ASA’s role in this work is operational and relational. As a nonprofit steward positioned between philanthropy, aging services organizations, and emerging leaders, ASA translates philanthropic investment into program design, learning environments and long-term field integration. In this way, belonging becomes not simply a value statement, but an outcome produced through coordinated partnership.
Funding for Legitimacy, Not Just Access
Belonging is shaped not only by who receives funding, but by what that funding signals. When philanthropy supports leadership programs grounded in lived experience, equity and community accountability—and when nonprofit stewards intentionally embed those values into program design—it confers legitimacy, not merely opportunity.
This distinction is critical. Access without legitimacy can be fleeting. Leaders may gain entry but lack the institutional validation needed to influence decisions, shape agendas or remain in the field long term.
Investments supporting ASA RISE communicate something more durable: that leadership rooted in difference, complexity and care is not supplemental to the field—it is central to its future.
At a time when equity-focused leadership is increasingly contested or under-resourced, this signal carries weight. It tells leaders that their ways of knowing, leading and connecting are not provisional.
They belong here.
Making Space for Complexity
Another defining feature of belonging-centered leadership development is permission—the permission to be unfinished, to ask difficult questions and to lead through uncertainty. This is especially important in fields like aging, where leaders are navigating demographic shifts, workforce strain, policy volatility and long-standing structural inequities all at once.
Philanthropic partnership makes this possible by buffering risk and allowing nonprofit stewards to design learning environments that prioritize reflection, relational practice and long-term field health over short-term outputs. In doing so, partnership does more than fund leadership development—it protects the space where leadership can grow honestly.
Belonging, in this sense, is not about comfort.

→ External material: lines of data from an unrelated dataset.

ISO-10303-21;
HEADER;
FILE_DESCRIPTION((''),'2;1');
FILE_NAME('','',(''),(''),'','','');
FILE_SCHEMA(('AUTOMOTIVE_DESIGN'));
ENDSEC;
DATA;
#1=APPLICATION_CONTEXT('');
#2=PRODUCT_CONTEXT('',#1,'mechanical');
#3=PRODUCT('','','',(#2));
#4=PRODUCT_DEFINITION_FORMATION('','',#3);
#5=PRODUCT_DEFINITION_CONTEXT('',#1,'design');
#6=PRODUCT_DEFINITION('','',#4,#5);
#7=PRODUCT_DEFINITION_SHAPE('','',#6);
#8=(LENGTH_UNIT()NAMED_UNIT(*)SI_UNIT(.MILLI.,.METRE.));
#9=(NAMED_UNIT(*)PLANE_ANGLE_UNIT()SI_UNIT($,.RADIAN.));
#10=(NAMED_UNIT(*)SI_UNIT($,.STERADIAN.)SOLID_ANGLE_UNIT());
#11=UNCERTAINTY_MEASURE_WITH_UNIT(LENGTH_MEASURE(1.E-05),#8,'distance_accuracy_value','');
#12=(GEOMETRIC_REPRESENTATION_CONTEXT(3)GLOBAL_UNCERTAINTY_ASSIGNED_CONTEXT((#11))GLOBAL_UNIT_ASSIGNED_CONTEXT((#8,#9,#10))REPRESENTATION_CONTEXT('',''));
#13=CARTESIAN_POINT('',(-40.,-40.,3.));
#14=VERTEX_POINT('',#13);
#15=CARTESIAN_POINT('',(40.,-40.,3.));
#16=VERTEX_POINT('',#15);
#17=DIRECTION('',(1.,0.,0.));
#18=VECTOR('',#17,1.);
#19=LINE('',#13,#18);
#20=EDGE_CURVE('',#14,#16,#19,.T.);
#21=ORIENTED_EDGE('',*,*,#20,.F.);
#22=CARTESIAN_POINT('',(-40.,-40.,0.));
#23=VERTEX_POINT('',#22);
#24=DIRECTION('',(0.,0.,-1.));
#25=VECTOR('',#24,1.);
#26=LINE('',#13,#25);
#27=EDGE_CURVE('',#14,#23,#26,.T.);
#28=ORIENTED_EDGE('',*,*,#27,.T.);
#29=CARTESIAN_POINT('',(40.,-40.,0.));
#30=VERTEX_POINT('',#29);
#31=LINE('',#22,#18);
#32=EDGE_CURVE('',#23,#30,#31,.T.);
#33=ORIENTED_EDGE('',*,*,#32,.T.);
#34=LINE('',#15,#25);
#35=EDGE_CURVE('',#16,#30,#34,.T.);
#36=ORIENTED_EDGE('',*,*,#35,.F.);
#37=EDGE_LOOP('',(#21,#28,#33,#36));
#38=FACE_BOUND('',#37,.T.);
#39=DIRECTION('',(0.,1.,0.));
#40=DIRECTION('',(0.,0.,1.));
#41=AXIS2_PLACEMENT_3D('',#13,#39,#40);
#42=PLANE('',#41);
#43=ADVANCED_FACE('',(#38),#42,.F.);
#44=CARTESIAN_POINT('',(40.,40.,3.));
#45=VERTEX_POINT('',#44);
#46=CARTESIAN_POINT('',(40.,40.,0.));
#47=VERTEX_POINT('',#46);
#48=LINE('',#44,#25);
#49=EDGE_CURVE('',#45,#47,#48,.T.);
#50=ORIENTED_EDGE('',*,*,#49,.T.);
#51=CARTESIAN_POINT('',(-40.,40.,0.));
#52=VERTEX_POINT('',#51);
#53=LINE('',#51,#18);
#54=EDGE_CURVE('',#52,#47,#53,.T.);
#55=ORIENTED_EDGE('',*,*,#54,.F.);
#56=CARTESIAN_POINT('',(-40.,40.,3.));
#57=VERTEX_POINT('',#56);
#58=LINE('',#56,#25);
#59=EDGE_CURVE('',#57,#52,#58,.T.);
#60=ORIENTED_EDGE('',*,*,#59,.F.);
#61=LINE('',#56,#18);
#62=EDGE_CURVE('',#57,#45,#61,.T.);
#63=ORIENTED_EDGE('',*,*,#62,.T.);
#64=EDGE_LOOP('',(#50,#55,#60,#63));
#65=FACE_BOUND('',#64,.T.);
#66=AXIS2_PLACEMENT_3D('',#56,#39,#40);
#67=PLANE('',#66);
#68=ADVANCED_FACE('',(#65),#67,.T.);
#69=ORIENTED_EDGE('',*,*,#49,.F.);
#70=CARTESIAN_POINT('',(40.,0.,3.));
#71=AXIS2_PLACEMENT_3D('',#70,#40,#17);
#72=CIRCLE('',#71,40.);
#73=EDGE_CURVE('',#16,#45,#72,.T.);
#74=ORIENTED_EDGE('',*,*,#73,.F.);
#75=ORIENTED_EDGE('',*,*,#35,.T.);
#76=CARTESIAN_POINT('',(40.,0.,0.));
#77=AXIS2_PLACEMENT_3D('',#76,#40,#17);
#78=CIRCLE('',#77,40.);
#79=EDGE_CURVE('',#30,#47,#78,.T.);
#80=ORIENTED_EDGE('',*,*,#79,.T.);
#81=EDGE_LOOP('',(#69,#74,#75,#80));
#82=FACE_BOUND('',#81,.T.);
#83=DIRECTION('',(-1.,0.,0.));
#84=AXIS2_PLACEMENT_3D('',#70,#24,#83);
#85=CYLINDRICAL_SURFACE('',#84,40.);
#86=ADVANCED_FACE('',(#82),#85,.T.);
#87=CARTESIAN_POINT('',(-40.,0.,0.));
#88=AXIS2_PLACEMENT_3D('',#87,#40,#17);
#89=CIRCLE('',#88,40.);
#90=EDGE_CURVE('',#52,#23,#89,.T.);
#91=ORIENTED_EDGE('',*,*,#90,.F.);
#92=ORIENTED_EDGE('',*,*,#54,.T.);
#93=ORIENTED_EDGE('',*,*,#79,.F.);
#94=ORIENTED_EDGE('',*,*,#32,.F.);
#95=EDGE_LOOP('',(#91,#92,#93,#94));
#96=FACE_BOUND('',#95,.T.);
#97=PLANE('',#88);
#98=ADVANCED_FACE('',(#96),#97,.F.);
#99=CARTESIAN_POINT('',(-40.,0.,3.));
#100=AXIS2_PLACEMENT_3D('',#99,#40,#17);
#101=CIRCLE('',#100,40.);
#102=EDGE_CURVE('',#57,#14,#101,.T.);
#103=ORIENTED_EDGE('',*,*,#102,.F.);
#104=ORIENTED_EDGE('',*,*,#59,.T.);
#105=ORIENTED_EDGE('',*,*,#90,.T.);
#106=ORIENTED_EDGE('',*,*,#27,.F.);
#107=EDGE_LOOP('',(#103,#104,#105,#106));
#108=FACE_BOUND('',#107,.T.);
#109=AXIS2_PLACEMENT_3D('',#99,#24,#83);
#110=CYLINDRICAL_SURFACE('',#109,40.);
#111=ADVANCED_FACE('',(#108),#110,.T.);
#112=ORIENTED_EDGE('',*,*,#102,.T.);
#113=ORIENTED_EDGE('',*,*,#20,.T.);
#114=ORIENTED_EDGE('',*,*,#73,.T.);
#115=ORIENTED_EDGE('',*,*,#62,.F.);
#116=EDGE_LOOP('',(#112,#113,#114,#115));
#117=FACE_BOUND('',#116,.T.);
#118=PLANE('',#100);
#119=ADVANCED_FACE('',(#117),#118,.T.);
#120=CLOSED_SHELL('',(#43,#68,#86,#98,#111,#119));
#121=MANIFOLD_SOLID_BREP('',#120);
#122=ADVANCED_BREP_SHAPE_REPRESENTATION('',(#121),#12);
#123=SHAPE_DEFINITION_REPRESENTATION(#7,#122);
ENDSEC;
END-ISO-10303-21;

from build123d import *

# Parameters (mm, degrees)
EXTRUDE_1_DEPTH = 3


with BuildPart() as part:
    # Эскиз1 → Бобышка-Вытянуть1 (new body)
    with BuildSketch(Plane.XY):
        with BuildLine():
            Line((-40, 40), (40, 40))
            ThreePointArc((40, 40), (80, 0), (40, -40))
            Line((40, -40), (-40, -40))
            ThreePointArc((-40, -40), (-80, 0), (-40, 40))
        make_face()
    extrude(amount=EXTRUDE_1_DEPTH)


solid = part.part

It is about creating environments where leaders are supported to grapple with complexity without being penalized for it.
Why This Moment Matters for the Field
Across sectors, philanthropy is being asked to do more than fund promising programs; it is being asked to take responsibility for the conditions those programs create. Nonprofit stewards, in turn, are being called to translate those investments into learning environments that expand who can lead and how leadership is practiced.
Leadership development cannot be neutral. The structures that support leadership will either reinforce existing inequities or help transform them.

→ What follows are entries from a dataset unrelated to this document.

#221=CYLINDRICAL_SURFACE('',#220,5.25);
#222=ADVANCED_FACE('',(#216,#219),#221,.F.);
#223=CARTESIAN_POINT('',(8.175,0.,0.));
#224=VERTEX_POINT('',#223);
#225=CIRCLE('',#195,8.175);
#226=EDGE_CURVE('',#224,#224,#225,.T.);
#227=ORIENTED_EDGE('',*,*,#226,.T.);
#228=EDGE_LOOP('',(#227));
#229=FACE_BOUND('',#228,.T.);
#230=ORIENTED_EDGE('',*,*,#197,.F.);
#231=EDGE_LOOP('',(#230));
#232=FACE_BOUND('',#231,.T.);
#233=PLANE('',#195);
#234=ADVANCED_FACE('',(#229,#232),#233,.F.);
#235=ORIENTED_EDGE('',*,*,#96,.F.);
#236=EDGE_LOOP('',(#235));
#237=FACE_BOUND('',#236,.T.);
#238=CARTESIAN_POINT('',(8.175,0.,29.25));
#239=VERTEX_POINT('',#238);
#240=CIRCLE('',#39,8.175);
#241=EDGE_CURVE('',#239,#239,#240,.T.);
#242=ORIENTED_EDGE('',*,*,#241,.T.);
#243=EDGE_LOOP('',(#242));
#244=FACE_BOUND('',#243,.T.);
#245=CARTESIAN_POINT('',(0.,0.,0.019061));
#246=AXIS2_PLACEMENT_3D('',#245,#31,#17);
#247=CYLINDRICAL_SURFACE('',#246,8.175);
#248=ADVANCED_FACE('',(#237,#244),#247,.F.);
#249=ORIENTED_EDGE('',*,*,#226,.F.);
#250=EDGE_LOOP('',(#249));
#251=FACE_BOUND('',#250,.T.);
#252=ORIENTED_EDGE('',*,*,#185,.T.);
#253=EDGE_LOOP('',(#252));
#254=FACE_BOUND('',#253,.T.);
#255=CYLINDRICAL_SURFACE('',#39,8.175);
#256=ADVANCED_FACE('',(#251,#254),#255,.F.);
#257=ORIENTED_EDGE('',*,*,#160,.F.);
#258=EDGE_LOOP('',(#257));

Belonging offers a powerful frame for shared decision-making:
- Are leadership investments expanding who is seen as a credible leader?
- Are we resourcing leadership models that reflect the communities most impacted by the issues at hand?
- Are we investing in systems that leaders will want—and be able—to steward?
Programs like ASA RISE suggest that when philanthropic partners answers yes to these questions, leadership development becomes a lever for durable, equitable systems change. Leaders emerge not only more skilled, but more connected—to one another, to community and to the broader purpose of the field.
Belonging is not incidental to impact.
It is infrastructure.
And its future will not be shaped by any single sector alone. It will be shaped through continued partnership—among philanthropy, nonprofit stewards and the leaders closest to the work. There is an opportunity ahead to deepen this conversation together, including shared thought leadership that reflects how philanthropic investment and program stewardship jointly produce belonging as a field outcome.
Patrice L. Dickerson is ASA’s Senior Equity Strategy Director, and co-leads the ASA RISE fellowship program.